ISRAEL:AFTER A six-hour deliberation, the Israeli government voted yesterday to approve a prisoner swap deal with Hizbullah whereby Israel will release five Lebanese prisoners, including one serving a life sentence for killing a father and his daughter three decades ago, in exchange for two Israeli soldiers seized by Hizbullah and who are believed dead.
The 22-3 vote in the cabinet in favour of the German-mediated deal is likely to set in motion a series of steps, including identification of the Israeli soldiers and culminating in an exchange that is expected to take place within 10 to 14 days.

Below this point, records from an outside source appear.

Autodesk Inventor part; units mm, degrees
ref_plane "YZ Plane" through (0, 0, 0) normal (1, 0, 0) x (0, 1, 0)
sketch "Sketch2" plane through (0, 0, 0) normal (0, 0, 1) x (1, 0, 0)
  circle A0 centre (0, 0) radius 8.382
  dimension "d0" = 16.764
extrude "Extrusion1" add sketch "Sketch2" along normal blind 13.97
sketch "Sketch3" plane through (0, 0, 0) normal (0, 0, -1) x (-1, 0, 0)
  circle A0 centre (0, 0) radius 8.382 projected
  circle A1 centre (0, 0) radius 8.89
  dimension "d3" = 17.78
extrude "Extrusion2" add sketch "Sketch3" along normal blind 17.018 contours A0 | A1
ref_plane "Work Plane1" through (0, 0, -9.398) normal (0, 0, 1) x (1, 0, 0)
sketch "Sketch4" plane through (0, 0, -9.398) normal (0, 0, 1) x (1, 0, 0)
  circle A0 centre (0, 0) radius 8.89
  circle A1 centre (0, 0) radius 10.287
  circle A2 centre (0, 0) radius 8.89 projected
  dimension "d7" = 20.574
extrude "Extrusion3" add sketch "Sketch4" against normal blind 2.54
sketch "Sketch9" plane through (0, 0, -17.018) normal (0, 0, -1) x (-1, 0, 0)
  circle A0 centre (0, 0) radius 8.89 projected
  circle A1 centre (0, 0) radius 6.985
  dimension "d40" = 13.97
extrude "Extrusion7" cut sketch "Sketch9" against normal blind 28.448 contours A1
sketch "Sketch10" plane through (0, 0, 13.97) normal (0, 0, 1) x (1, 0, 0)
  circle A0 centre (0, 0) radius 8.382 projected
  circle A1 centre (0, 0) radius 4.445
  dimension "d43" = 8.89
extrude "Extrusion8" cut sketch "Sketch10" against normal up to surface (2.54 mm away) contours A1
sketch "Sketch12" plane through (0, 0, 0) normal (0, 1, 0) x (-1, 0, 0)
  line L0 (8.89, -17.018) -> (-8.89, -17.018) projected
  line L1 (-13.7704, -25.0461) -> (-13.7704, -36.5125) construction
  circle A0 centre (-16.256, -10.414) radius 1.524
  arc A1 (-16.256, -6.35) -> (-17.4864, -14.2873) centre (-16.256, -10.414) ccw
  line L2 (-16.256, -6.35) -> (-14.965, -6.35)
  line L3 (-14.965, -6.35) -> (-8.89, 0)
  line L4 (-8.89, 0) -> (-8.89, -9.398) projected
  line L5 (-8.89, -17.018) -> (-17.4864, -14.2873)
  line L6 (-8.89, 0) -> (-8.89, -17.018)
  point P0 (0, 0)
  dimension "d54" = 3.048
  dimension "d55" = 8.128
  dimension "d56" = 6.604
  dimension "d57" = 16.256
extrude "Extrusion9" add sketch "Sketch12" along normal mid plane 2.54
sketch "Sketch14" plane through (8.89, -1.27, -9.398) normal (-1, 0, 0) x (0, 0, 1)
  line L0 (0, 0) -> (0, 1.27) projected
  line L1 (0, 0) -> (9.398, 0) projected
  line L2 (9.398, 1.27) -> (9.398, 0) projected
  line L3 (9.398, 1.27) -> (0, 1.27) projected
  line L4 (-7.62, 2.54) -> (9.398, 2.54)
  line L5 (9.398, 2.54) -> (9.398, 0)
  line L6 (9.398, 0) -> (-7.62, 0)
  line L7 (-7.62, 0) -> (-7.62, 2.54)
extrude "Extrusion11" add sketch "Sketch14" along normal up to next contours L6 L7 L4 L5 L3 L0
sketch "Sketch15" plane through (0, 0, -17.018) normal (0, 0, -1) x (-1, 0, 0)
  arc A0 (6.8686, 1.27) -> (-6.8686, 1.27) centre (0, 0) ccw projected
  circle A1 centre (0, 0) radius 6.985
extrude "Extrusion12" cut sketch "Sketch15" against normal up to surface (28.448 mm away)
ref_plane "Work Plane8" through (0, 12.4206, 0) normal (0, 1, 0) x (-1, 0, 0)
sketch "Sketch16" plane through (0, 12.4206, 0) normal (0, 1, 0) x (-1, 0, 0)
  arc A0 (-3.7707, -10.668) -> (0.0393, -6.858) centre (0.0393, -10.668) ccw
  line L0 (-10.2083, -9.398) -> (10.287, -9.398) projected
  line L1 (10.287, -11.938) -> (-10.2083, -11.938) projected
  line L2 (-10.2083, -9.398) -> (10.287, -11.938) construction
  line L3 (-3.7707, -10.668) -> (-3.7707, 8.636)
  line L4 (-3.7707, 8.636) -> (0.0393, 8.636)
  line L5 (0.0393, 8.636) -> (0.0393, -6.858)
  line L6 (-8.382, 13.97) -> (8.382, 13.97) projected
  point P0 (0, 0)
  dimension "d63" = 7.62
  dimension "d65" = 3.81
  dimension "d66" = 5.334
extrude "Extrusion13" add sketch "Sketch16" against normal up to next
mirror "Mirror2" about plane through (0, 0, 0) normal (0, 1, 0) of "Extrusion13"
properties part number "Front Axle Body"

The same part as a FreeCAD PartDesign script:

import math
import FreeCAD as App
import Part
import Sketcher
Q = App.Units.Quantity


def add_polygon(sketch, points):
    """Adds a closed chain of lines whose ends are joined by coincident constraints."""
    first, n = sketch.GeometryCount, len(points)
    for a, b in zip(points, points[1:] + points[:1]):
        sketch.addGeometry(Part.LineSegment(App.Vector(*a, 0), App.Vector(*b, 0)), False)
    for i in range(n):
        sketch.addConstraint(Sketcher.Constraint("Coincident", first + i, 2, first + (i + 1) % n, 1))

doc = App.newDocument("Part")
body = doc.addObject("PartDesign::Body", "Body")

# Sketch on XY plane
sketch1 = doc.addObject("Sketcher::SketchObject", "Sketch")
body.addObject(sketch1)
sketch1.AttachmentSupport = (doc.XY_Plane, [""])
sketch1.MapMode = "FlatFace"
sketch1.addGeometry(Part.Circle(App.Vector(0, 0, 0), App.Vector(0, 0, 1), 8.382), False)
sketch1.addConstraint(Sketcher.Constraint("Coincident", 0, 3, -1, 1))
sketch1.addConstraint(Sketcher.Constraint("Diameter", 0, Q("0.66 in")))
pad1 = doc.addObject("PartDesign::Pad", "Pad")
body.addObject(pad1)
pad1.Profile = sketch1
pad1.Length = Q("0.55 in")

# Sketch on XY plane
sketch2 = doc.addObject("Sketcher::SketchObject", "Sketch001")
body.addObject(sketch2)
sketch2.AttachmentSupport = (doc.XY_Plane, [""])
sketch2.MapMode = "FlatFace"
sketch2.addGeometry(Part.Circle(App.Vector(0, 0, 0), App.Vector(0, 0, 1), 8.89), False)
sketch2.addConstraint(Sketcher.Constraint("Coincident", 0, 3, -1, 1))
sketch2.addConstraint(Sketcher.Constraint("Diameter", 0, Q("0.7 in")))
pad2 = doc.addObject("PartDesign::Pad", "Pad001")
body.addObject(pad2)
pad2.Profile = sketch2
pad2.Length = Q("0.67 in")
pad2.Reversed = True

# Sketch on XY plane
sketch3 = doc.addObject("Sketcher::SketchObject", "Sketch002")
body.addObject(sketch3)
sketch3.AttachmentSupport = (doc.XY_Plane, [""])
sketch3.MapMode = "FlatFace"
sketch3.AttachmentOffset = App.Placement(App.Vector(0, 0, -0.37 * 25.4), App.Rotation())
sketch3.addGeometry(Part.Circle(App.Vector(0, 0, 0), App.Vector(0, 0, 1), 10.287), False)
sketch3.addGeometry(Part.Circle(App.Vector(0, 0, 0), App.Vector(0, 0, 1), 8.89), False)
sketch3.addConstraint(Sketcher.Constraint("Coincident", 0, 3, -1, 1))
sketch3.addConstraint(Sketcher.Constraint("Coincident", 1, 3, -1, 1))
sketch3.addConstraint(Sketcher.Constraint("Diameter", 0, Q("0.81 in")))
sketch3.addConstraint(Sketcher.Constraint("Diameter", 1, Q("0.7 in")))
pad3 = doc.addObject("PartDesign::Pad", "Pad002")
body.addObject(pad3)
pad3.Profile = sketch3
pad3.Length = Q("0.1 in")
pad3.Reversed = True

# Sketch on XY plane
sketch4 = doc.addObject("Sketcher::SketchObject", "Sketch003")
body.addObject(sketch4)
sketch4.AttachmentSupport = (doc.XY_Plane, [""])
sketch4.MapMode = "FlatFace"
sketch4.AttachmentOffset = App.Placement(App.Vector(0, 0, -0.67 * 25.4), App.Rotation())
sketch4.addGeometry(Part.Circle(App.Vector(0, 0, 0), App.Vector(0, 0, 1), 6.985), False)
sketch4.addConstraint(Sketcher.Constraint("Coincident", 0, 3, -1, 1))
sketch4.addConstraint(Sketcher.Constraint("Diameter", 0, Q("0.55 in")))
pocket1 = doc.addObject("PartDesign::Pocket", "Pocket")
body.addObject(pocket1)
pocket1.Profile = sketch4
pocket1.Length = Q("1.12 in")
pocket1.Reversed = True

# Sketch on XY plane
sketch5 = doc.addObject("Sketcher::SketchObject", "Sketch004")
body.addObject(sketch5)
sketch5.AttachmentSupport = (doc.XY_Plane, [""])
sketch5.MapMode = "FlatFace"
sketch5.AttachmentOffset = App.Placement(App.Vector(0, 0, 0.55 * 25.4), App.Rotation())
sketch5.addGeometry(Part.Circle(App.Vector(0, 0, 0), App.Vector(0, 0, 1), 4.445), False)
sketch5.addConstraint(Sketcher.Constraint("Coincident", 0, 3, -1, 1))
sketch5.addConstraint(Sketcher.Constraint("Diameter", 0, Q("0.35 in")))
pocket2 = doc.addObject("PartDesign::Pocket", "Pocket001")
body.addObject(pocket2)
pocket2.Profile = sketch5
pocket2.Length = Q("0.1 in")

# Sketch on XZ plane
sketch6 = doc.addObject("Sketcher::SketchObject", "Sketch005")
body.addObject(sketch6)
sketch6.AttachmentSupport = (doc.XZ_Plane, [""])
sketch6.MapMode = "FlatFace"
sketch6.addGeometry(Part.LineSegment(App.Vector(14.965, -6.35, 0), App.Vector(16.256, -6.35, 0)), False)
sketch6.addGeometry(Part.ArcOfCircle(Part.Circle(App.Vector(16.256, -10.414, 0), App.Vector(0, 0, 1), 4.064), math.radians(-72.376928), math.radians(90)), False)
sketch6.addGeometry(Part.LineSegment(App.Vector(17.4864, -14.2873, 0), App.Vector(8.89, -17.018, 0)), False)
sketch6.addGeometry(Part.LineSegment(App.Vector(8.89, -17.018, 0), App.Vector(8.89, 0, 0)), False)
sketch6.addGeometry(Part.LineSegment(App.Vector(8.89, 0, 0), App.Vector(14.965, -6.35, 0)), False)
sketch6.addGeometry(Part.Circle(App.Vector(16.256, -10.414, 0), App.Vector(0, 0, 1), 1.524), False)
sketch6.addConstraint(Sketcher.Constraint("Tangent", 0, 2, 1, 2))
sketch6.addConstraint(Sketcher.Constraint("Tangent", 1, 1, 2, 1))
sketch6.addConstraint(Sketcher.Constraint("Coincident", 2, 2, 3, 1))
sketch6.addConstraint(Sketcher.Constraint("Coincident", 3, 2, 4, 1))
sketch6.addConstraint(Sketcher.Constraint("Coincident", 4, 2, 0, 1))
sketch6.addConstraint(Sketcher.Constraint("Horizontal", 0))
sketch6.addConstraint(Sketcher.Constraint("Vertical", 3))
sketch6.addConstraint(Sketcher.Constraint("Coincident", 5, 3, 1, 3))
sketch6.addConstraint(Sketcher.Constraint("PointOnObject", 3, 2, -1))
sketch6.addConstraint(Sketcher.Constraint("Diameter", 5, Q("0.12 in")))
sketch6.addConstraint(Sketcher.Constraint("Radius", 1, Q("0.16 in")))
sketch6.addConstraint(Sketcher.Constraint("DistanceX", -1, 1, 1, 3, Q("0.64 in")))
sketch6.addConstraint(Sketcher.Constraint("DistanceY", 2, 2, 1, 3, Q("0.26 in")))
sketch6.addConstraint(Sketcher.Constraint("DistanceY", 3, 1, 3, 2, Q("0.67 in")))
sketch6.addConstraint(Sketcher.Constraint("DistanceX", -1, 1, 2, 2, Q("0.35 in")))
sketch6.addConstraint(Sketcher.Constraint("DistanceX", 0, 1, 0, 2, Q("1.291 mm")))
pad4 = doc.addObject("PartDesign::Pad", "Pad003")
body.addObject(pad4)
pad4.Profile = sketch6
pad4.Length = Q("0.1 in")
pad4.Midplane = True

# Sketch on YZ plane
sketch7 = doc.addObject("Sketcher::SketchObject", "Sketch006")
body.addObject(sketch7)
sketch7.AttachmentSupport = (doc.YZ_Plane, [""])
sketch7.MapMode = "FlatFace"
sketch7.AttachmentOffset = App.Placement(App.Vector(0, 0, 0.35 * 25.4), App.Rotation())
add_polygon(sketch7, [(-1.27, -17.018), (-1.27, -9.398), (0, -9.398), (0, 0), (1.27, 0), (1.27, -17.018)])  # lines 0-5
sketch7.addConstraint(Sketcher.Constraint("Vertical", 0))
sketch7.addConstraint(Sketcher.Constraint("Horizontal", 1))
sketch7.addConstraint(Sketcher.Constraint("Vertical", 2))
sketch7.addConstraint(Sketcher.Constraint("Horizontal", 3))
sketch7.addConstraint(Sketcher.Constraint("Vertical", 4))
sketch7.addConstraint(Sketcher.Constraint("Horizontal", 5))
sketch7.addConstraint(Sketcher.Constraint("Coincident", 2, 2, -1, 1))
sketch7.addConstraint(Sketcher.Constraint("Equal", 1, 3))
sketch7.addConstraint(Sketcher.Constraint("DistanceX", 5, 2, 5, 1, Q("0.1 in")))
sketch7.addConstraint(Sketcher.Constraint("DistanceY", 0, 1, 0, 2, Q("0.3 in")))
sketch7.addConstraint(Sketcher.Constraint("DistanceY", 2, 1, 2, 2, Q("0.37 in")))
pad5 = doc.addObject("PartDesign::Pad", "Pad004")
body.addObject(pad5)
pad5.Profile = sketch7
pad5.Length = Q("0.0035906 in")
pad5.Reversed = True

# Sketch on XY plane
sketch8 = doc.addObject("Sketcher::SketchObject", "Sketch007")
body.addObject(sketch8)
sketch8.AttachmentSupport = (doc.XY_Plane, [""])
sketch8.MapMode = "FlatFace"
sketch8.AttachmentOffset = App.Placement(App.Vector(0, 0, -0.67 * 25.4), App.Rotation())
sketch8.addGeometry(Part.Circle(App.Vector(0, 0, 0), App.Vector(0, 0, 1), 6.985024), False)
sketch8.addConstraint(Sketcher.Constraint("Coincident", 0, 3, -1, 1))
sketch8.addConstraint(Sketcher.Constraint("Diameter", 0, Q("0.55 in")))
pocket3 = doc.addObject("PartDesign::Pocket", "Pocket002")
body.addObject(pocket3)
pocket3.Profile = sketch8
pocket3.Length = Q("1.12 in")
pocket3.Reversed = True

# Sketch on XZ plane
sketch9 = doc.addObject("Sketcher::SketchObject", "Sketch008")
body.addObject(sketch9)
sketch9.AttachmentSupport = (doc.XZ_Plane, [""])
sketch9.MapMode = "FlatFace"
sketch9.AttachmentOffset = App.Placement(App.Vector(0, 0, -0.489 * 25.4), App.Rotation())
sketch9.addGeometry(Part.ArcOfCircle(Part.Circle(App.Vector(-0.0393, -10.668, 0), App.Vector(0, 0, 1), 3.81), math.radians(90), math.radians(360)), False)
sketch9.addGeometry(Part.LineSegment(App.Vector(-0.0393, -6.858, 0), App.Vector(-0.0393, 8.636, 0)), False)
sketch9.addGeometry(Part.LineSegment(App.Vector(-0.0393, 8.636, 0), App.Vector(3.7707, 8.636, 0)), False)
sketch9.addGeometry(Part.LineSegment(App.Vector(3.7707, 8.636, 0), App.Vector(3.7707, -10.668, 0)), False)
sketch9.addConstraint(Sketcher.Constraint("Coincident", 0, 1, 1, 1))
sketch9.addConstraint(Sketcher.Constraint("Coincident", 1, 2, 2, 1))
sketch9.addConstraint(Sketcher.Constraint("Coincident", 2, 2, 3, 1))
sketch9.addConstraint(Sketcher.Constraint("Tangent", 3, 2, 0, 2))
sketch9.addConstraint(Sketcher.Constraint("Vertical", 1))
sketch9.addConstraint(Sketcher.Constraint("Horizontal", 2))
sketch9.addConstraint(Sketcher.Constraint("Vertical", 3))
sketch9.addConstraint(Sketcher.Constraint("Radius", 0, Q("0.15 in")))
sketch9.addConstraint(Sketcher.Constraint("DistanceX", 2, 1, 2, 2, Q("0.15 in")))
sketch9.addConstraint(Sketcher.Constraint("DistanceY", 1, 1, 1, 2, Q("0.61 in")))
sketch9.addConstraint(Sketcher.Constraint("DistanceY", 0, 3, -1, 1, Q("0.42 in")))
sketch9.addConstraint(Sketcher.Constraint("DistanceX", 0, 3, -1, 1, Q("0.0393 mm")))
pad6 = doc.addObject("PartDesign::Pad", "Pad005")
body.addObject(pad6)
pad6.Profile = sketch9
pad6.Type = "UpToFirst"
doc.recompute()

mirrored = doc.addObject("PartDesign::Mirrored", "Mirrored")
body.addObject(mirrored)
mirrored.Originals = [pad6]
mirrored.MirrorPlane = (doc.XZ_Plane, [""])
body.Tip = mirrored

doc.recompute()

During the cabinet debate, prime minister Ehud Olmert for the first time announced that the two soldiers, Ehud Goldwasser and Eldad Regev, were dead.
"We know what happened to them," Mr Olmert told ministers, according to comments released by his office. "As far as we know, the soldiers . . . are not alive."
The two soldiers were abducted by Hizbullah during a cross-border raid two years ago in which three Israeli soldiers were also killed.
The attack was the prelude to a month of warfare between Israel and Hizbullah in which about 1,200 Lebanese and about 159 Israelis were killed.
As part of the deal, Israel will return four Hizbullah fighters captured during the fighting, the bodies of some 10 Hizbullah members killed during the clashes, and Samir Kuntar, the longest-serving Lebanese prisoner in Israel.
After infiltrating northern Israel in 1979 as part of a four-man cell, Kuntar killed a policeman and then shot 28-year-old Dani Haran and smashed the head of his four-year-old daughter with the butt of his rifle, killing her.
In an attempt to keep her hideout secret from Kuntar's group, which had entered their apartment, Haran's wife Yael accidentally suffocated her two-year-old daughter as she tried to stop her from crying. Kuntar was later given four life sentences.
The release of living Lebanese prisoners for dead Israeli soldiers has sparked some criticism in Israel.
Opponents of the deal say it will lessen the incentive to keep Israeli captives alive.
But supporters of the deal argued that Israel had a moral obligation to return captives, dead or alive, and that this was a vital message for Israeli soldiers being sent into battle. "I am the commander of everyone - of the living and of the dead," chief of staff Gabi Ashkenazi, who supported the deal, reportedly told ministers.
Israel yesterday reopened three border crossings into Gaza, renewing the flow of goods into the coastal strip.
It had closed the crossings last week after Palestinian militants fired several rockets into Israel, violating a truce that went into effect 10 days ago.